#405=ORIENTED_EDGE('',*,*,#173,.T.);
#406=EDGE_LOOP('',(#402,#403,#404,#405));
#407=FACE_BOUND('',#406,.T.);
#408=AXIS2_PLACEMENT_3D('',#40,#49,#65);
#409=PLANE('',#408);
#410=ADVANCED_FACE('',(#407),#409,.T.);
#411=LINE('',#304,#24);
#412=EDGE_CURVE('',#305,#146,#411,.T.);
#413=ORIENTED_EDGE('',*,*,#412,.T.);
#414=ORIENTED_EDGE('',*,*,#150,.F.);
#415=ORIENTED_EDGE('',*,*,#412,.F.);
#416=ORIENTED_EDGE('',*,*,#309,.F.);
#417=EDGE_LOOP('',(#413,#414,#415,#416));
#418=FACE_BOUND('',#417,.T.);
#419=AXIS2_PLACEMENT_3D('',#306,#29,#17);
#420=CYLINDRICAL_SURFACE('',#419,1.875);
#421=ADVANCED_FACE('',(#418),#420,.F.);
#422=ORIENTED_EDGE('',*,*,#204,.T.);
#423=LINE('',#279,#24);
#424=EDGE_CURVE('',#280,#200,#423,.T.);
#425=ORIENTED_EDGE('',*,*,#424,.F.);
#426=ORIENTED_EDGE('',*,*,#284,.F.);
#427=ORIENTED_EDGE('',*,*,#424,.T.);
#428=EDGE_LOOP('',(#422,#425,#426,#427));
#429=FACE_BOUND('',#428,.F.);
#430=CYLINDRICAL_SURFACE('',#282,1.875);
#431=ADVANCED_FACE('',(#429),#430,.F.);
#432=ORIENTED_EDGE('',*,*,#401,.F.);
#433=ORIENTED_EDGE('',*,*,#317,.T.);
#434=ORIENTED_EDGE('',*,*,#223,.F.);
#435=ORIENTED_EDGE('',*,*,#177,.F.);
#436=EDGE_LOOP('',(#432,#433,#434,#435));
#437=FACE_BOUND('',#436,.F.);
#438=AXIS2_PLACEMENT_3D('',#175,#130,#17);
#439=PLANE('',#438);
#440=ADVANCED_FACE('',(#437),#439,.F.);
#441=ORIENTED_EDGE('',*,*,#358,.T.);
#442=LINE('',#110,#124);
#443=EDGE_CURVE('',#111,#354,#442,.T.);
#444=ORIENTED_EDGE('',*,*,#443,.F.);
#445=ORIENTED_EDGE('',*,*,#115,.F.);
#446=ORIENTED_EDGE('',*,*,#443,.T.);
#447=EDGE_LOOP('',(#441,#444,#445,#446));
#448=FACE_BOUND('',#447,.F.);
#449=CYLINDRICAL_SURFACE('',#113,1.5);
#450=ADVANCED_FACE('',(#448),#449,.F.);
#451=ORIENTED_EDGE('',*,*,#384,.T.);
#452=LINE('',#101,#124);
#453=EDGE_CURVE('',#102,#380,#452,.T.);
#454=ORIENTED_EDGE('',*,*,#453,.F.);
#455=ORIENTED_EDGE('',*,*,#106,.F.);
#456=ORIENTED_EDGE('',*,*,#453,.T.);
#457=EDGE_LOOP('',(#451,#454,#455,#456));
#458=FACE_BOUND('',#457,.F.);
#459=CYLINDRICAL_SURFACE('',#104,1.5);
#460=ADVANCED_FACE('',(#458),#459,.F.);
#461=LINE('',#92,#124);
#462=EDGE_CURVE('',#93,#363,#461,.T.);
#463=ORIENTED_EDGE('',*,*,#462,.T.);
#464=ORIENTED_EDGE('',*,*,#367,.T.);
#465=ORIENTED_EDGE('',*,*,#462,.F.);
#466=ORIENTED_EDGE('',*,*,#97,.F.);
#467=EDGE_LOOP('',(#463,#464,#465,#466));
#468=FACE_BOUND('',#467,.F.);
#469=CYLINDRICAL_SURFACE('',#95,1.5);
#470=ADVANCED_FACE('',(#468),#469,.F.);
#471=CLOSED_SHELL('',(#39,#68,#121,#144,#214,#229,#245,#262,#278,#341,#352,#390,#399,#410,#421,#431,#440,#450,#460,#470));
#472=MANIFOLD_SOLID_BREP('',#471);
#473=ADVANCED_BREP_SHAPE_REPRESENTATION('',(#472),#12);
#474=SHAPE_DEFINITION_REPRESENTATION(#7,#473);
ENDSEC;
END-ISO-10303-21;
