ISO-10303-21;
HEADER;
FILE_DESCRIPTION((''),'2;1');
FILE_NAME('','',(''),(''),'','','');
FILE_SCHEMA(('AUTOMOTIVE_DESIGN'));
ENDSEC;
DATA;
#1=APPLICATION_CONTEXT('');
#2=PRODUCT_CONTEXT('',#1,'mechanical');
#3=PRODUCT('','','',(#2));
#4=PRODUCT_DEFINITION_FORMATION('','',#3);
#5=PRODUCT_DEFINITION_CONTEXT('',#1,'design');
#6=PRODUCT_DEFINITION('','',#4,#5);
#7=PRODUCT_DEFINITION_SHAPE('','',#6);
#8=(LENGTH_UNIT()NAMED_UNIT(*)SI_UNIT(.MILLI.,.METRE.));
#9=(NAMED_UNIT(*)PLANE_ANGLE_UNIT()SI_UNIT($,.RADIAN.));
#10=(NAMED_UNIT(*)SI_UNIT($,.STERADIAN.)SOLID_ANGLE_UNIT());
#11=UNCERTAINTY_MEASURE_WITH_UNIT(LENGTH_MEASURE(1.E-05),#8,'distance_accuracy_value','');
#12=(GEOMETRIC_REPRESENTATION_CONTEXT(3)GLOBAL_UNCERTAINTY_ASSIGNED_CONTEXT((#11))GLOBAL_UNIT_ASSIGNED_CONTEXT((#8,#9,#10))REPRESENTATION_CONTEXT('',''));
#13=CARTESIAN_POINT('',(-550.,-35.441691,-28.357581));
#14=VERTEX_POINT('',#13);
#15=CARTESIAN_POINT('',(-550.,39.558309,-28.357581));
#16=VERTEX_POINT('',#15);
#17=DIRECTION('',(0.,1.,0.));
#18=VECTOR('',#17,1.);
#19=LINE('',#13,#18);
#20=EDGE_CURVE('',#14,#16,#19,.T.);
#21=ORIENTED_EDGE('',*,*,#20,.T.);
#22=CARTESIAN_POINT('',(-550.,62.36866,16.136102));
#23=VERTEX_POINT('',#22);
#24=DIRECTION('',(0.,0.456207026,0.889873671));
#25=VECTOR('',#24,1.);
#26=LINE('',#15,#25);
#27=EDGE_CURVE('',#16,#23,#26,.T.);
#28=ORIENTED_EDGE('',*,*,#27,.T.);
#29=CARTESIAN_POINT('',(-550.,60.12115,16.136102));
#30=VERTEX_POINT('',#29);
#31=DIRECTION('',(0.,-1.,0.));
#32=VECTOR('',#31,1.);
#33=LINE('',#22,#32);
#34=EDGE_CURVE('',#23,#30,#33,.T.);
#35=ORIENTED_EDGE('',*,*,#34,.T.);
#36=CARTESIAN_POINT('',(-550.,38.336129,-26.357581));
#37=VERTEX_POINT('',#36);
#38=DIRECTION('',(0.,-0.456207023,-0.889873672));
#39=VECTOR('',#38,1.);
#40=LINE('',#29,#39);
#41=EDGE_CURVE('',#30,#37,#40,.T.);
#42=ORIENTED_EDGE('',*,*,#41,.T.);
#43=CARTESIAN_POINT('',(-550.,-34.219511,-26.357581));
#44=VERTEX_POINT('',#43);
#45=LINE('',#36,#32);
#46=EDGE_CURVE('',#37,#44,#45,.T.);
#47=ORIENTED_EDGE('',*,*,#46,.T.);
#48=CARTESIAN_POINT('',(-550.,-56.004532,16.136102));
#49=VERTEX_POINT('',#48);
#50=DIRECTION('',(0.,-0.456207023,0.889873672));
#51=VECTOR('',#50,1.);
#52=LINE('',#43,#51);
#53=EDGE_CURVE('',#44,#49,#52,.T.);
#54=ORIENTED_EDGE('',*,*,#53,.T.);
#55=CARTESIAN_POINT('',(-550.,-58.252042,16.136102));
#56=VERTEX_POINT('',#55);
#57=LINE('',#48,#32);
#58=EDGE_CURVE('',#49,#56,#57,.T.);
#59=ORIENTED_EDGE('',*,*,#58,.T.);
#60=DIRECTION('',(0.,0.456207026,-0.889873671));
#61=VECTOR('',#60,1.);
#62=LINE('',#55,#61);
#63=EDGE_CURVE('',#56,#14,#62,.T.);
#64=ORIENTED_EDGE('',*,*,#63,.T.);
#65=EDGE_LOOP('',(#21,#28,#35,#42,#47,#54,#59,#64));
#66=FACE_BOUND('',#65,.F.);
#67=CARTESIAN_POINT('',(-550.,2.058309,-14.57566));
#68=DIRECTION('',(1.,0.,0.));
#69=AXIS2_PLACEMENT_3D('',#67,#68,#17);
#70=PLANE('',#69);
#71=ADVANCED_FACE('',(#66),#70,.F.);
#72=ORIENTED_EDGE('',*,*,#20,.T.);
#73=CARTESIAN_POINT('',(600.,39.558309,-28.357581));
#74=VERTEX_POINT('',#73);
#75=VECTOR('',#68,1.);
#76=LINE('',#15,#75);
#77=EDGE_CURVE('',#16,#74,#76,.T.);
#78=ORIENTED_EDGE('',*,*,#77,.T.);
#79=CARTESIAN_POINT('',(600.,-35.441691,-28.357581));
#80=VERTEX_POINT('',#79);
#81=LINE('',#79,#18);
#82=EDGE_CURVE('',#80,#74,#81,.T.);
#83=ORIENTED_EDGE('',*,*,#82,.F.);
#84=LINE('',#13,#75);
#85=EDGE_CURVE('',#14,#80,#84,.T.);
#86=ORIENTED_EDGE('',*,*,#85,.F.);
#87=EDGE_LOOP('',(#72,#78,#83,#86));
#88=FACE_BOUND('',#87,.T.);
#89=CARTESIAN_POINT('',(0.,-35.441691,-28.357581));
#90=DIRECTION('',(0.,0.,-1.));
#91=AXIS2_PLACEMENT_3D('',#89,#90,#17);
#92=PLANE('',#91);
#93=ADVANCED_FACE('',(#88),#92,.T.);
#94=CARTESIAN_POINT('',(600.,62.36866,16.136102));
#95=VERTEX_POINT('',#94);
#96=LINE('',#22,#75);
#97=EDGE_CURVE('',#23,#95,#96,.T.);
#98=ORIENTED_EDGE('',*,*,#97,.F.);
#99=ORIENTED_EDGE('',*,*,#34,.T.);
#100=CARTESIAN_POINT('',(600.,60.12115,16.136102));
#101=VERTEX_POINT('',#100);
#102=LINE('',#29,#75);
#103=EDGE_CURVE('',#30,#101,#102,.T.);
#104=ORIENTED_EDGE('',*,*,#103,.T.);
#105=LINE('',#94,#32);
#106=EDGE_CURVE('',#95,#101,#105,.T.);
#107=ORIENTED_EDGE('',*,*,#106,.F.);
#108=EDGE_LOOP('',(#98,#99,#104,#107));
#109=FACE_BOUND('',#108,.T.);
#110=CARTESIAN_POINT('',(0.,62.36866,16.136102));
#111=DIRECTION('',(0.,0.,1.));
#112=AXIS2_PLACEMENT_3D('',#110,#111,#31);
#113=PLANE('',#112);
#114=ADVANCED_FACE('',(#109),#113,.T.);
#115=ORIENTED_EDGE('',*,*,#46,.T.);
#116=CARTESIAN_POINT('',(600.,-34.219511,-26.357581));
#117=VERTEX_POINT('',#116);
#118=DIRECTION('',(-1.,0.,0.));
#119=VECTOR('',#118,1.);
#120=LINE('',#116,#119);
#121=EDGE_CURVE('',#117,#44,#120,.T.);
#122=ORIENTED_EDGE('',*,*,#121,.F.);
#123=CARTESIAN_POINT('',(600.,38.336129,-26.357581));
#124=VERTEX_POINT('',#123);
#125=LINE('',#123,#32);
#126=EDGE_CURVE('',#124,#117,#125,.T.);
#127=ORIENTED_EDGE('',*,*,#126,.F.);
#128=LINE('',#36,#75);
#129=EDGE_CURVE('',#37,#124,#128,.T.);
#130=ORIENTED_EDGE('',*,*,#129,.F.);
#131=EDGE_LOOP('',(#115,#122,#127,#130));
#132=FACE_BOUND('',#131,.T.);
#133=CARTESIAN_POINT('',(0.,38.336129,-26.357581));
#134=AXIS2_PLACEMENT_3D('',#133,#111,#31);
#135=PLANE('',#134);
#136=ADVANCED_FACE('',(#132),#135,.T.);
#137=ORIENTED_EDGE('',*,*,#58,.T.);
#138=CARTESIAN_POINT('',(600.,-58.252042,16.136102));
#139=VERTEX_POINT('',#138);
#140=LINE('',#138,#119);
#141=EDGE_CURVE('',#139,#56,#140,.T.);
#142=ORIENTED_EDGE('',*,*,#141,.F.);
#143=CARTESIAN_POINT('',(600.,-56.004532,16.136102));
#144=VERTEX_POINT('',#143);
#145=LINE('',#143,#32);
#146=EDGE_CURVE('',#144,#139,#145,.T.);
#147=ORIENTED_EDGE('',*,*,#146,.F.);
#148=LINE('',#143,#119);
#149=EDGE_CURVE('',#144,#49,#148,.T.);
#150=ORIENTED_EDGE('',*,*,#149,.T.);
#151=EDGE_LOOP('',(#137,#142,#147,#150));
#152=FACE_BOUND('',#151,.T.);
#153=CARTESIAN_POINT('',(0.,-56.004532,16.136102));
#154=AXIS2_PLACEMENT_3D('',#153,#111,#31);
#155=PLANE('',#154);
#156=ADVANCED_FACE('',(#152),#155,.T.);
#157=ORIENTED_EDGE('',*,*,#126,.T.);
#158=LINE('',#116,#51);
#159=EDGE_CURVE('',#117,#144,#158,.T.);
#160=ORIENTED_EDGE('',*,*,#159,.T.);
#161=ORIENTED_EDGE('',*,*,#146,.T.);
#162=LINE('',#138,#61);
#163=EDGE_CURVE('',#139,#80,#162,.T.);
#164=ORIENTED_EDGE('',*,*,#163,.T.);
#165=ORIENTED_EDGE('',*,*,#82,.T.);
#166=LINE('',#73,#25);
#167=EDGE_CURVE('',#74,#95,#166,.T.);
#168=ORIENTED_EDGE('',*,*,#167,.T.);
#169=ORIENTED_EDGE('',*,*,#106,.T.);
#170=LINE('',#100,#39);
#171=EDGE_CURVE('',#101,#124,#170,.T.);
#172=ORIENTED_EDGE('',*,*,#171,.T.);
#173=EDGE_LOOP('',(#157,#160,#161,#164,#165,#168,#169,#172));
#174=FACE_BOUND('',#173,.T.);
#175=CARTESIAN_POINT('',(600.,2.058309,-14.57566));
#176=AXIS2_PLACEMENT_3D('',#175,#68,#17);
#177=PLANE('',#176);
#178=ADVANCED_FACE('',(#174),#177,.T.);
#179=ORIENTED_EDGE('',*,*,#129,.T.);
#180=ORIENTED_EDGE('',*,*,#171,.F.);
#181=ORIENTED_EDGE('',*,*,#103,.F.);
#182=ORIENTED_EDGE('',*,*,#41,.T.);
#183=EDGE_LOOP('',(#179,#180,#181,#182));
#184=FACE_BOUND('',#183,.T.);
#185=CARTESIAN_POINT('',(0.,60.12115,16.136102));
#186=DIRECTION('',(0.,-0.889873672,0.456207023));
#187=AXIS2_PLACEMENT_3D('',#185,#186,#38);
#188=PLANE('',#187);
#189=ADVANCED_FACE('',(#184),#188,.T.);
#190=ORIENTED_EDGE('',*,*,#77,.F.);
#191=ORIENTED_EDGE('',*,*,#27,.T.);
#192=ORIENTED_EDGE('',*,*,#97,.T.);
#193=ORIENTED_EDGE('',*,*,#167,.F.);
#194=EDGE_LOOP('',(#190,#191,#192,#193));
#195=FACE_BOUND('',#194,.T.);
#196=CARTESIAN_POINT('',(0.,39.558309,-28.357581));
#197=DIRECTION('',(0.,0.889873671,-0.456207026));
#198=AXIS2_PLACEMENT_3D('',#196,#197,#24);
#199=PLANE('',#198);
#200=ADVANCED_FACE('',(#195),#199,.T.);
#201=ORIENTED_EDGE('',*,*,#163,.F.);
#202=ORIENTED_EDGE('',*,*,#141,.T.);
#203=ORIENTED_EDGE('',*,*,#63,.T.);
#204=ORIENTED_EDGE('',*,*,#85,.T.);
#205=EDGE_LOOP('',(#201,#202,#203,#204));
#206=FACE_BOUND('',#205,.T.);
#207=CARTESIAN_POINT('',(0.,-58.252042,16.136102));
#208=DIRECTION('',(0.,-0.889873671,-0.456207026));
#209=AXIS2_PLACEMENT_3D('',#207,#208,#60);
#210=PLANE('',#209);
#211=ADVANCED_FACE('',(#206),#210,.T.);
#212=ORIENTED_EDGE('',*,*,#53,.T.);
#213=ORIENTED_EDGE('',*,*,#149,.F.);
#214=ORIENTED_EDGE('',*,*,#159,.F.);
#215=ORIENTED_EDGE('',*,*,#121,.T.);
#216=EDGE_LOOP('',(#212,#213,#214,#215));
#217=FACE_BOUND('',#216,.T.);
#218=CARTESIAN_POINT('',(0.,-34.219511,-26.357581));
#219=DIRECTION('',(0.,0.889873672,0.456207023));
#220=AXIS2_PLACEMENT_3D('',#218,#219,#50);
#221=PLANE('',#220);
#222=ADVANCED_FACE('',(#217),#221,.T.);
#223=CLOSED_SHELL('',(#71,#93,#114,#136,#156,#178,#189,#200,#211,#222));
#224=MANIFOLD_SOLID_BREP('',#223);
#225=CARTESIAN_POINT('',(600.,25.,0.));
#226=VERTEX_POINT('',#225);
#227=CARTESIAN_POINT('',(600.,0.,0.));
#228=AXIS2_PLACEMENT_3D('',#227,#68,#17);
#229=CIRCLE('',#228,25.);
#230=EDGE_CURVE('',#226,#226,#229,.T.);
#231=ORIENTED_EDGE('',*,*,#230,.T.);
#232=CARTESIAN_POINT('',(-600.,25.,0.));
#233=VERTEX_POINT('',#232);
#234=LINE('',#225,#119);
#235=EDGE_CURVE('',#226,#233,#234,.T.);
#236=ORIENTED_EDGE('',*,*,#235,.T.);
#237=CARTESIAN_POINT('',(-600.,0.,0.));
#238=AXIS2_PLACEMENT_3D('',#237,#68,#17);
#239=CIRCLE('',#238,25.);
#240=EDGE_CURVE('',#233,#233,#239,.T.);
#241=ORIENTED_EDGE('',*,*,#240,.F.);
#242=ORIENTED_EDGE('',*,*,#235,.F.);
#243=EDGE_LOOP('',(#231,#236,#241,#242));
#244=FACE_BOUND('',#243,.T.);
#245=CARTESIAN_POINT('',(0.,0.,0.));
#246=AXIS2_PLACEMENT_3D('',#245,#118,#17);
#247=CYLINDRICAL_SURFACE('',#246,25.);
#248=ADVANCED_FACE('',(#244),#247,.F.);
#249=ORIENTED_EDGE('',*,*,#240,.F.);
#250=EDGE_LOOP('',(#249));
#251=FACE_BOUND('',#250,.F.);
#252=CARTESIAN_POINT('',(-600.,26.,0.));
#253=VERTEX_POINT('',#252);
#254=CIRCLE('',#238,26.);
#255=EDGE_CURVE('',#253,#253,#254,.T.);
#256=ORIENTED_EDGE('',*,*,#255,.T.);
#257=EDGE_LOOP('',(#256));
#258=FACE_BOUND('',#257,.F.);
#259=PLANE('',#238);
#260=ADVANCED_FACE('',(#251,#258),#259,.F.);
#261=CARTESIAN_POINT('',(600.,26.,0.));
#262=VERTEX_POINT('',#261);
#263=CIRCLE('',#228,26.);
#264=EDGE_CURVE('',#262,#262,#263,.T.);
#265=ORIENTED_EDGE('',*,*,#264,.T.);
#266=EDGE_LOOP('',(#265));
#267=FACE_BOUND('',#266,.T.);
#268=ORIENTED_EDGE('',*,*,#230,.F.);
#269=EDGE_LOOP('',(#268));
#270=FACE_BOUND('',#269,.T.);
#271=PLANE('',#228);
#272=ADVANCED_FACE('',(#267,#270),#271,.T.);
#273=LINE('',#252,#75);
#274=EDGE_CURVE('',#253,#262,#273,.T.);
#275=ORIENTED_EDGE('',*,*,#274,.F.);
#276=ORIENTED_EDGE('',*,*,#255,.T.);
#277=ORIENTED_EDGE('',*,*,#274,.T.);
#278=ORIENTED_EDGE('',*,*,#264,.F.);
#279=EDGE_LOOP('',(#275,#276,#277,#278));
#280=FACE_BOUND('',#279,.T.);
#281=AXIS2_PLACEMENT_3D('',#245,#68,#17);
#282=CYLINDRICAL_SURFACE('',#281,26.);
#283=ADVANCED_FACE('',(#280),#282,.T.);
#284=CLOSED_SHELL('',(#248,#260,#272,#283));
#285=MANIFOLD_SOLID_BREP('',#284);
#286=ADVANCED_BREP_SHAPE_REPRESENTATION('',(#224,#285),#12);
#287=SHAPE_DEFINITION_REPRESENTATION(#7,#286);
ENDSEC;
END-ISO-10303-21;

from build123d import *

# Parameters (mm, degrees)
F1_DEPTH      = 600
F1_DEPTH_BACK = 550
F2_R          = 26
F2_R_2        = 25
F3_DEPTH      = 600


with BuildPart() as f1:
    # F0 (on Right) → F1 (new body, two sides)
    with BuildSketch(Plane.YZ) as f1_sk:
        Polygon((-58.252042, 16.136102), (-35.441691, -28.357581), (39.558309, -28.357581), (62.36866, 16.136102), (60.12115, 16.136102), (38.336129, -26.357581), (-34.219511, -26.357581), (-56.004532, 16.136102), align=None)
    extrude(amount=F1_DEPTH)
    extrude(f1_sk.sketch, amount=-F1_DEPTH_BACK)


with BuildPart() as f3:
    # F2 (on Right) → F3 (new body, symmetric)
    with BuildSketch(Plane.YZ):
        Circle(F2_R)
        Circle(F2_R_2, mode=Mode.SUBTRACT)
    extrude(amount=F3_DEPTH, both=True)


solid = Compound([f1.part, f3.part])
-- -- --
=== What to work on ===
Among the entries above, copy exactly only the lines starting with the one containing "#470=ADVANCED_FACE('',(#468),#469,.F.);" and going through the one containing "#1=APPLICATION_CONTEXT('');", both ends included.

=== Answer ===
#470=ADVANCED_FACE('',(#468),#469,.F.);
#471=CLOSED_SHELL('',(#39,#68,#121,#144,#214,#229,#245,#262,#278,#341,#352,#390,#399,#410,#421,#431,#440,#450,#460,#470));
#472=MANIFOLD_SOLID_BREP('',#471);
#473=ADVANCED_BREP_SHAPE_REPRESENTATION('',(#472),#12);
#474=SHAPE_DEFINITION_REPRESENTATION(#7,#473);
ENDSEC;
END-ISO-10303-21;
ISO-10303-21;
HEADER;
FILE_DESCRIPTION((''),'2;1');
FILE_NAME('','',(''),(''),'','','');
FILE_SCHEMA(('AUTOMOTIVE_DESIGN'));
ENDSEC;
DATA;
#1=APPLICATION_CONTEXT('');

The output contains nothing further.